FPL GROUP INC. $57 (New York symbol FPL; Conservative Growth Portfolio, Utilities sector; Shares outstanding: 410.8 million; Market cap: $23.4 billion; Price-to-sales ratio: 1.4; WSSF Rating: Average) gets 70% of its revenue from wholly owned Florida Power and Light Co., a regulated utility with 4.5 million customers in eastern and southern Florida. FPL Group is also a leading producer of wind power. Its NextEra Energy Resources, subsidiary accounts for 25% of the U.S.’s wind-power capacity. NextEra also operates unregulated electrical-power plants in 25 states and Canada. It sells its power to wholesale customers, not individuals. In the three months ended June 30, 2009, FPL Group’s earnings rose 6.9%, to $400 million, or $0.99 a share, from $375 million, These figures do not include a charge the company incurred for losses on the hedging contracts it uses to lock in the price of fuel. FPL Group’s revenue rose 6.3%, to $3.8 billion from $3.6 billion. NextEra started up a number of new wind-power projects during the quarter; this increased its windpower capacity by 9%, and helped push up its earnings by $48 million. The new projects helped offset lower power output at its existing facilities due to lighter-than-normal winds. NextEra’s revenue rose 37.4% in the quarter....
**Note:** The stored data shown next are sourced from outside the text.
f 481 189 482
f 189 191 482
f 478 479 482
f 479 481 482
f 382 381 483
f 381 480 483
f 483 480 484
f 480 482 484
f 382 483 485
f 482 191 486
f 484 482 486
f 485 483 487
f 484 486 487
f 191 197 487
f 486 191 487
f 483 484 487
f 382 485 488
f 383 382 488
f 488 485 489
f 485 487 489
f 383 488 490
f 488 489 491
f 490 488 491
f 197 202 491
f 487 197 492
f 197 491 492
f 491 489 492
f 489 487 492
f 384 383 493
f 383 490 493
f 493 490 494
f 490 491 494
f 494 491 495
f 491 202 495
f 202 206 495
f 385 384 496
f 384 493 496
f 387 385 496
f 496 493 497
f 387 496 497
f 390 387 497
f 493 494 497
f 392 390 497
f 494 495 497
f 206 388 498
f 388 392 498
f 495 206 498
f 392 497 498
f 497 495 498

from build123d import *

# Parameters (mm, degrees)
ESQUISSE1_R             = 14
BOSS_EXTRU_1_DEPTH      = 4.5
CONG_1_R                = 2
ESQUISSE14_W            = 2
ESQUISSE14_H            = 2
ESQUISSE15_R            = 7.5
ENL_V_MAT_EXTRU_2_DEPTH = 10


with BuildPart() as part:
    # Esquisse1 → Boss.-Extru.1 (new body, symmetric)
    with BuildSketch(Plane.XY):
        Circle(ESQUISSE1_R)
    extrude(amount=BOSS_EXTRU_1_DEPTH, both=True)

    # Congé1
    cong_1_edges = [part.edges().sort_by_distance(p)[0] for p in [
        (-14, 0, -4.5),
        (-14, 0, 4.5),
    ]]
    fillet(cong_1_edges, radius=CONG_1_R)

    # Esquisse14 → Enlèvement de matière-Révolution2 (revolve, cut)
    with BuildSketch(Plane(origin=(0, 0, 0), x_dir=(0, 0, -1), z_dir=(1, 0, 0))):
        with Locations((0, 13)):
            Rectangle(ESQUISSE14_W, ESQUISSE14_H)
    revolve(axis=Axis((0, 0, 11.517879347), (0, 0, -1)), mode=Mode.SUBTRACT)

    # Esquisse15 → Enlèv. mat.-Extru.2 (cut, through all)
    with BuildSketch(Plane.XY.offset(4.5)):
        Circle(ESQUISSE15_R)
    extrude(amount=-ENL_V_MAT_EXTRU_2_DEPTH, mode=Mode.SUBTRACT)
THE BOEING CO. $43 (New York symbol BA; Conservative Growth Portfolio, Manufacturing & Industry sector; Shares outstanding: 726.4 million; Market cap: $31.2 billion; Price-to-sales ratio: 0.5; WSSF Rating: Above Average) is focusing on improving the fuel-efficiency of its passenger jets. That should help it increase sales to cost-conscious airlines. Boeing’s new 787 Dreamliner plane uses lightweight materials, like titanium and carbon fibre. That makes it 20% more fuel-efficient than current planes. The 787 also features new energy-efficient interior lighting systems, which will lower its operating costs further. However, Boeing had to delay the initial test flight last June because it found structural weakness where the plane’s wings connect to the body. The company feels it can fix this without redesigning the plane, and hopes to resume testing in the next few months. Despite this setback, Boeing still has 851 orders for the 787. These are worth around $151 billion....
WAL-MART STORES INC. $49 (New York symbol WMT; Conservative Growth Portfolio; Consumer sector; Shares outstanding: 3.9 billion; Market cap: $191.1 billion; Price-to-sales ratio: 0.5; WSSF Rating: Above Average) uses its clout as the world’s largest retailer to pry big price discounts from its suppliers. The company is also putting pressure on its suppliers to help it pursue several “green” initiatives aimed at improving its image and sales. For example, Wal-Mart now wants its suppliers to put an “eco-rating”on all groceries it sells. These would make it easier for consumers to compare the environmental impact of various products. Like nutritional labels, Wal-Mart hopes these ratings will become an industry standard. The plan will add to suppliers’ costs, which means they will likely resist, at least at first. But most will probably comply rather than risk losing Wal-Mart as a customer. Wal-Mart is a buy.